Archer breached the measures when he stopped at his house during the drive from Southampton to Manchester between Tests.

He came into contact with a person outside the teams’ bubble at the house and was dropped for the second Test, announcing the decision hours before the start of the match at Old Trafford on Thursday.

“Following a disciplinary hearing held on Friday evening … Archer has been fined an undisclosed amount and received an official written warning after admitting to breaching the team’s bio-secure protocols on Monday 13 July when he made an unauthorised visit to his home in Hove,” the England and Wales Cricket Board (ECB) said.

ECB director of cricket Ashley Giles said Archer’s mistake could have cost the board “tens of millions” of pounds but England vice-captain Ben Stokes said the team would be there to support the player.

Giles headed Archer’s disciplinary hearing, which was also attended by the player’s agent and a representative from the Professional Cricketers’ Association.

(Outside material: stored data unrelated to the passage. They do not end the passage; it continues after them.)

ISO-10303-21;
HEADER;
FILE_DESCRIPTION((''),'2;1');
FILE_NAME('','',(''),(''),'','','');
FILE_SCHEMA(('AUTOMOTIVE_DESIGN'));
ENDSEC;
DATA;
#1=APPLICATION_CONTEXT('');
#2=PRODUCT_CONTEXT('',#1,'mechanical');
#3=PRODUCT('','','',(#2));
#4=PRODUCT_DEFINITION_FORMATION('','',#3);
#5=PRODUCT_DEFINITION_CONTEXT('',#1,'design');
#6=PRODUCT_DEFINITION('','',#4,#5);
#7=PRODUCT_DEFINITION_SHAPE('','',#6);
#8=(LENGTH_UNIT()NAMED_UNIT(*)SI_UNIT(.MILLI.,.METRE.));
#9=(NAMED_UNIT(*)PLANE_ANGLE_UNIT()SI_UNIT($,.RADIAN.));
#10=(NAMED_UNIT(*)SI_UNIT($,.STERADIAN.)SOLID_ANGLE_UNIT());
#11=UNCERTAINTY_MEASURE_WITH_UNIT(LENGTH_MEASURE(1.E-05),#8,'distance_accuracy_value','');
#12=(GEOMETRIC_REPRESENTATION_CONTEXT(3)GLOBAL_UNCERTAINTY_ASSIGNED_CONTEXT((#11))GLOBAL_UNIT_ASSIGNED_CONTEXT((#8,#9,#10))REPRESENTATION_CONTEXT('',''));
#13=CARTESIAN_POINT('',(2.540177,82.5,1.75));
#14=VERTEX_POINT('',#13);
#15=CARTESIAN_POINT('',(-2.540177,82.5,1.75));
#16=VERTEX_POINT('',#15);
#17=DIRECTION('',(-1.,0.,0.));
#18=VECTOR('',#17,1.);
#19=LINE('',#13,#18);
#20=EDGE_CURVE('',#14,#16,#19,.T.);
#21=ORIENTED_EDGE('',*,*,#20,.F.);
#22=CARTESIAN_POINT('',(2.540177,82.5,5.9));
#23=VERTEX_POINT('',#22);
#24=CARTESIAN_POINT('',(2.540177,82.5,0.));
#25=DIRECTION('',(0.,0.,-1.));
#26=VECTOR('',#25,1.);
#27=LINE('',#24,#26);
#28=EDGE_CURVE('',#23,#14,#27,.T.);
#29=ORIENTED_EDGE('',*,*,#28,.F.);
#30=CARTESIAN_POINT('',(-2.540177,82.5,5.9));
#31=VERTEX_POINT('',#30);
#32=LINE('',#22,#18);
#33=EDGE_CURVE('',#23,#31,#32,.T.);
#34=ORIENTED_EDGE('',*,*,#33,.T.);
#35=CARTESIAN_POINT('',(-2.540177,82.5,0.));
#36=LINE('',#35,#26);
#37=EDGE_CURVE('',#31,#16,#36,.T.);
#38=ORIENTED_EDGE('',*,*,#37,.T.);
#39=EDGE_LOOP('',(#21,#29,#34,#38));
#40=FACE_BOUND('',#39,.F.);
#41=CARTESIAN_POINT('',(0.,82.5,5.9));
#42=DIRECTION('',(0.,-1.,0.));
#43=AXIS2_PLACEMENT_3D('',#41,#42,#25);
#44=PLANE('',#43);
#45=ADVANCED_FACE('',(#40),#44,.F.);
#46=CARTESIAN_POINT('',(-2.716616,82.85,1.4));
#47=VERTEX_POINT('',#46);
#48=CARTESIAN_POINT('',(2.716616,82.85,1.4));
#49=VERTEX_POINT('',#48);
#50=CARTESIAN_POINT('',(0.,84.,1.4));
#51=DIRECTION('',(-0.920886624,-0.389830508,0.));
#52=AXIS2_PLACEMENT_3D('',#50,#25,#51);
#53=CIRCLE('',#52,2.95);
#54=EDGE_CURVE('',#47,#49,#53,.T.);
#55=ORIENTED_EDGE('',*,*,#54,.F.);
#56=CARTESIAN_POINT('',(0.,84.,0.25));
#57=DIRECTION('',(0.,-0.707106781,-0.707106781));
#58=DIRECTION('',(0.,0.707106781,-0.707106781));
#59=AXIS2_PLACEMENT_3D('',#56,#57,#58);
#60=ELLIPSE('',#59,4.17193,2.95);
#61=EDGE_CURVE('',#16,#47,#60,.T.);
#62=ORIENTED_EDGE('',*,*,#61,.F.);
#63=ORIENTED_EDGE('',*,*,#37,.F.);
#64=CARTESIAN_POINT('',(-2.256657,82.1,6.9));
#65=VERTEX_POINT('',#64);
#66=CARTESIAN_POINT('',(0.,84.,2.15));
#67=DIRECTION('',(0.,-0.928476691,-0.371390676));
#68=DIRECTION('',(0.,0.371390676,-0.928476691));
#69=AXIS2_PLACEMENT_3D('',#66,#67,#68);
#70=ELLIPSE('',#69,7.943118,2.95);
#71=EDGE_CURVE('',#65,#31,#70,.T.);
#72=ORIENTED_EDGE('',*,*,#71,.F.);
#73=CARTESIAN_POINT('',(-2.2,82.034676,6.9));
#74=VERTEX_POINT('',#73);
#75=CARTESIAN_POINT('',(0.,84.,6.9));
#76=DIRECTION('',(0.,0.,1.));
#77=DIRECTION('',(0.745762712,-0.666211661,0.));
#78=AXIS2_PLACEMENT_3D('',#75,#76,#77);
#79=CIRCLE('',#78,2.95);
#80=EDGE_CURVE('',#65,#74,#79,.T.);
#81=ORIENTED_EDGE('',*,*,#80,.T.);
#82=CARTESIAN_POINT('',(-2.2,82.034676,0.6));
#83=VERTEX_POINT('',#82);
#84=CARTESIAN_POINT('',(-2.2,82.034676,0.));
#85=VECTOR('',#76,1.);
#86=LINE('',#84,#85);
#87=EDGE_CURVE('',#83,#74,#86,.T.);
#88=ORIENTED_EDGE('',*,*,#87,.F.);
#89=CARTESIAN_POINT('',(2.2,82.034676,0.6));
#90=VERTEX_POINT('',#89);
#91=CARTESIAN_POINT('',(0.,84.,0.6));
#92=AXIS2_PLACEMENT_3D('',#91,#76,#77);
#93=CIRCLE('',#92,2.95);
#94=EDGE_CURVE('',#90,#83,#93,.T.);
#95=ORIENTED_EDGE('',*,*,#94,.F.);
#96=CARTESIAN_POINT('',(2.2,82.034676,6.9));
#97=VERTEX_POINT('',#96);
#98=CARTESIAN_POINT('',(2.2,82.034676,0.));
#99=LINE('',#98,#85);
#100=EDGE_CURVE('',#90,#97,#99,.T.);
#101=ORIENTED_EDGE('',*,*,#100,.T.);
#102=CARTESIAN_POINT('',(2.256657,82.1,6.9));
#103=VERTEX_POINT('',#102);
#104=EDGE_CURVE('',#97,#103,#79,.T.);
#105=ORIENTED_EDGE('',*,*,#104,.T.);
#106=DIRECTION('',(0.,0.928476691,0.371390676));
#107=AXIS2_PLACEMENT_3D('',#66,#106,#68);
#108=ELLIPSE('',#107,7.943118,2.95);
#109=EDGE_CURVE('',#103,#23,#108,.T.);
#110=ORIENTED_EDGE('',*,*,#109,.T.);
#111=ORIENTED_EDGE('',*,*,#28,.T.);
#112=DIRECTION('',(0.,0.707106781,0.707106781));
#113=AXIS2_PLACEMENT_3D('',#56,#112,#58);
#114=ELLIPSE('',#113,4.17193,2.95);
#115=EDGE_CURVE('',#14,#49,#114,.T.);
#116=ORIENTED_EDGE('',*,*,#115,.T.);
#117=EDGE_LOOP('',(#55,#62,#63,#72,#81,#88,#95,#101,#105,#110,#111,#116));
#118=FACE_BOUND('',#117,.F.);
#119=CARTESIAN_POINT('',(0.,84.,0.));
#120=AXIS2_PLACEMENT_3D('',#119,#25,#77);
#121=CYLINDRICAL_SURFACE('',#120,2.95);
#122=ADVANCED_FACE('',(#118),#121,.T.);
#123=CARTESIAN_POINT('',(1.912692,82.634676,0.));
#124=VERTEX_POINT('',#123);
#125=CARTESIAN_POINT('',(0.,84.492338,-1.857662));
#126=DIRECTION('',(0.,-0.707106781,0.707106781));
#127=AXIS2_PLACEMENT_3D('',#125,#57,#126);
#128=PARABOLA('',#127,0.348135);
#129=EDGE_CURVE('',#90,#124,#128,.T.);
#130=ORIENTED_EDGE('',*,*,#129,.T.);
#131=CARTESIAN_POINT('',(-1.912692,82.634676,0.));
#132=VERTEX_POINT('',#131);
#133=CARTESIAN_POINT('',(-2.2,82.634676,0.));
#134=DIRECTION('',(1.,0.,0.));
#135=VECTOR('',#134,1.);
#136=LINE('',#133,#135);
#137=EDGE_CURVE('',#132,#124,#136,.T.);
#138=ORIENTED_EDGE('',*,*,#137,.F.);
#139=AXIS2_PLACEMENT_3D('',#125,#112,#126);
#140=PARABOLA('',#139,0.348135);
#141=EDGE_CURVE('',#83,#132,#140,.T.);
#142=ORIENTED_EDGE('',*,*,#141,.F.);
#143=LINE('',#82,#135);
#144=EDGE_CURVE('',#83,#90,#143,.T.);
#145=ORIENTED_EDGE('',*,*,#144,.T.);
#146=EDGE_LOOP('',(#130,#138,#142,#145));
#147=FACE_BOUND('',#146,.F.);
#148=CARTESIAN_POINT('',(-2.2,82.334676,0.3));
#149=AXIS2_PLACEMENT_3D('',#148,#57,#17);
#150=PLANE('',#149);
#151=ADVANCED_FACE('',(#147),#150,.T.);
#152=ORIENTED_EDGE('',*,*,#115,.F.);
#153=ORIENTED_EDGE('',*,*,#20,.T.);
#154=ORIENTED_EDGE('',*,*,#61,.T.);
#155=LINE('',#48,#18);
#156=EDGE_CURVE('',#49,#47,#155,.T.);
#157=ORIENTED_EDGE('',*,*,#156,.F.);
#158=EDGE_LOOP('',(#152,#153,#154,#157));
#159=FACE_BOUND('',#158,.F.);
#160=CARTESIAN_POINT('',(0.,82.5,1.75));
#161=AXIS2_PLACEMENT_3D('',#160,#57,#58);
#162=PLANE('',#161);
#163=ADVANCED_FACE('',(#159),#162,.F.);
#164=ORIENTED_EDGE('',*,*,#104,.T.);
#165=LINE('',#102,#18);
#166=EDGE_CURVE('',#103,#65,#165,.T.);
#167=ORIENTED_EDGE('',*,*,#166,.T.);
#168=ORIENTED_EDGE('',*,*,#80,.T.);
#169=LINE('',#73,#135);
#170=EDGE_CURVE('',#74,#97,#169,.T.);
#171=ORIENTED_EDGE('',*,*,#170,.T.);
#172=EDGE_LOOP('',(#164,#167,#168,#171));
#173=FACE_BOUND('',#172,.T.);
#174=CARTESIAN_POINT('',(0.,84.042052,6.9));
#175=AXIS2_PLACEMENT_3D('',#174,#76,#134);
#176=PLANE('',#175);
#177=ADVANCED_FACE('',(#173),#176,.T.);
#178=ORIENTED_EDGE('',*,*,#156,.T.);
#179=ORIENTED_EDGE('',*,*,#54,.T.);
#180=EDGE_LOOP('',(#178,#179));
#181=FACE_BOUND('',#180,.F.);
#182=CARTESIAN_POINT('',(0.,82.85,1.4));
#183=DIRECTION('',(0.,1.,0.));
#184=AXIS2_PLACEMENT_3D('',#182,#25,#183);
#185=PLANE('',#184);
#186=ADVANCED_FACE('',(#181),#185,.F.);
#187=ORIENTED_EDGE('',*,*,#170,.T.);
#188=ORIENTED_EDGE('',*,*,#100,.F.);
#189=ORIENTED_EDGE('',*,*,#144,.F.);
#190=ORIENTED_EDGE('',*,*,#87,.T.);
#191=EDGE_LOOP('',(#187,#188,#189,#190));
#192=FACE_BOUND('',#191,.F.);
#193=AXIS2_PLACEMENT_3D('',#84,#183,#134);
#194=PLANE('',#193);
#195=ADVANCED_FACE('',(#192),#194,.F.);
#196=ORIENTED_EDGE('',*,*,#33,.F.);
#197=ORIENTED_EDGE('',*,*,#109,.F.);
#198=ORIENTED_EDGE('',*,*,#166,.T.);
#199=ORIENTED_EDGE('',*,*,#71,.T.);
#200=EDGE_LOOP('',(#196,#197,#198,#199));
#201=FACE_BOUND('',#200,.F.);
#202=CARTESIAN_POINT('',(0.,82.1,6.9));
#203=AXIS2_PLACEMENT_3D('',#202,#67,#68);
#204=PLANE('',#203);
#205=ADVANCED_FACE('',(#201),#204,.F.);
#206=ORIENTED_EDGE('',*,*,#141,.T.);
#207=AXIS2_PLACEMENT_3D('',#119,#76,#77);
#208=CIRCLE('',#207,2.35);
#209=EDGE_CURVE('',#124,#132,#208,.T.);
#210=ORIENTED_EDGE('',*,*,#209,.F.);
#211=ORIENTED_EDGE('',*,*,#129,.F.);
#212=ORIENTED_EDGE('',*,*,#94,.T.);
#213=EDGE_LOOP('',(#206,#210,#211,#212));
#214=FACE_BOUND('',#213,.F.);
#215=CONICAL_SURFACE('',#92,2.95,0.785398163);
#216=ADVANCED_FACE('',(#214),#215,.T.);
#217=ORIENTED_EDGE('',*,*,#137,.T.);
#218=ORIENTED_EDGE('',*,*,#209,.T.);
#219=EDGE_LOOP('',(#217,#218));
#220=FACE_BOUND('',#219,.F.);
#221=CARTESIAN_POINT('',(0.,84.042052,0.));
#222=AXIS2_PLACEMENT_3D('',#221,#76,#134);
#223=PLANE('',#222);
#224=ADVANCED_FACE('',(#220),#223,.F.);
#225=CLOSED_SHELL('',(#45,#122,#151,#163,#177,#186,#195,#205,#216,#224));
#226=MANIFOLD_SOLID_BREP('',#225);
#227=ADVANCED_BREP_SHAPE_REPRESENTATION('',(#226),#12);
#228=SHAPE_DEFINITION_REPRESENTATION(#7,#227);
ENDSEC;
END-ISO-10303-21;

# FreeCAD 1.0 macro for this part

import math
import FreeCAD as App
import Part
import Sketcher

V = App.Vector
Q = App.Units.Quantity


def edges_at(feature, points):
    """Names of the edges that pass closest to the given points."""
    edges = feature.Shape.Edges
    near = lambda p: min(range(len(edges)), key=lambda i: edges[i].distToShape(Part.Vertex(*p))[0])
    return sorted({f"Edge{near(p) + 1}" for p in points})

doc = App.newDocument("Part")
params = doc.addObject("Spreadsheet::Sheet", "Params")
for row, (alias, value) in enumerate([
    ("sketch1_radius", "2.95 mm"),
    ("sketch1_width", "4.4 mm"),
    ("pad1_length", "6.9 mm"),
    ("sketch2_width", "6.9 mm"),
    ("sketch2_height", "5.5 mm"),
    ("sketch2_width2", "6.15 mm"),
    ("sketch2_height2", "4.15 mm"),
    ("chamfer_size", "0.6 mm"),
], start=1):
    params.set(f"A{row}", alias)
    params.set(f"B{row}", "=" + value)
    params.setAlias(f"B{row}", alias)

body = doc.addObject("PartDesign::Body", "Body")

sketch1 = body.newObject("Sketcher::SketchObject", "Sketch")
sketch1.AttachmentSupport = (doc.getObject("XY_Plane"), [""])
sketch1.MapMode = "FlatFace"
sketch1.addGeometry(Part.ArcOfCircle(Part.Circle(V(0, 0, 0), V(0, 0, 1), 3), math.radians(-42), math.radians(222)), False)
sketch1.addGeometry(Part.LineSegment(V(-2.2, -2, 0), V(2.2, -2, 0)), False)
sketch1.addConstraint(Sketcher.Constraint("Coincident", 0, 1, 1, 2))
sketch1.addConstraint(Sketcher.Constraint("Coincident", 1, 1, 0, 2))
sketch1.addConstraint(Sketcher.Constraint("Horizontal", 1))
sketch1.addConstraint(Sketcher.Constraint("Coincident", 0, 3, -1, 1))
sketch1.addConstraint(Sketcher.Constraint("Radius", 0, 2.95))
sketch1.addConstraint(Sketcher.Constraint("DistanceX", 1, 1, 1, 2, 4.4))
sketch1.setExpression("Constraints[4]", "Params.sketch1_radius")
sketch1.setExpression("Constraints[5]", "Params.sketch1_width")
pad1 = body.newObject("PartDesign::Pad", "Pad")
pad1.Profile = sketch1
pad1.setExpression("Length", "Params.pad1_length")

sketch2 = body.newObject("Sketcher::SketchObject", "Sketch001")
sketch2.AttachmentSupport = (doc.getObject("YZ_Plane"), [""])
sketch2.MapMode = "FlatFace"
sketch2.addGeometry(Part.LineSegment(V(-1.9, 6.9, 0), V(-1.5, 5.9, 0)), False)
sketch2.addGeometry(Part.LineSegment(V(-1.5, 5.9, 0), V(-1.5, 1.75, 0)), False)
sketch2.addGeometry(Part.LineSegment(V(-1.5, 1.75, 0), V(-1.15, 1.4, 0)), False)
sketch2.addGeometry(Part.LineSegment(V(-1.15, 1.4, 0), V(5, 1.4, 0)), False)
sketch2.addGeometry(Part.LineSegment(V(5, 1.4, 0), V(5, 6.9, 0)), False)
sketch2.addGeometry(Part.LineSegment(V(5, 6.9, 0), V(-1.9, 6.9, 0)), False)
sketch2.addConstraint(Sketcher.Constraint("Coincident", 0, 2, 1, 1))
sketch2.addConstraint(Sketcher.Constraint("Coincident", 1, 2, 2, 1))
sketch2.addConstraint(Sketcher.Constraint("Coincident", 2, 2, 3, 1))
sketch2.addConstraint(Sketcher.Constraint("Coincident", 3, 2, 4, 1))
sketch2.addConstraint(Sketcher.Constraint("Coincident", 4, 2, 5, 1))
sketch2.addConstraint(Sketcher.Constraint("Coincident", 5, 2, 0, 1))
sketch2.addConstraint(Sketcher.Constraint("Vertical", 1))
sketch2.addConstraint(Sketcher.Constraint("Horizontal", 3))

Barbados-born Archer will remain in self-isolation for five days and will undergo two COVID-19 tests, which must be negative before his isolation is lifted.

The 25-year-old is expected to rejoin the England squad on Tuesday ahead of the third and final Test starting on Friday, also at Old Trafford.

Archer said he was “extremely sorry” for his actions, but the team is managing alright without him so far, with twin tons from opener Dom Sibley and Ben Stokes leading the side to a declaration on 9-469.

The West Indies were 1-32 in reply at the end of day two before day three was completely rained out.

The tourists won the first Test by four wickets.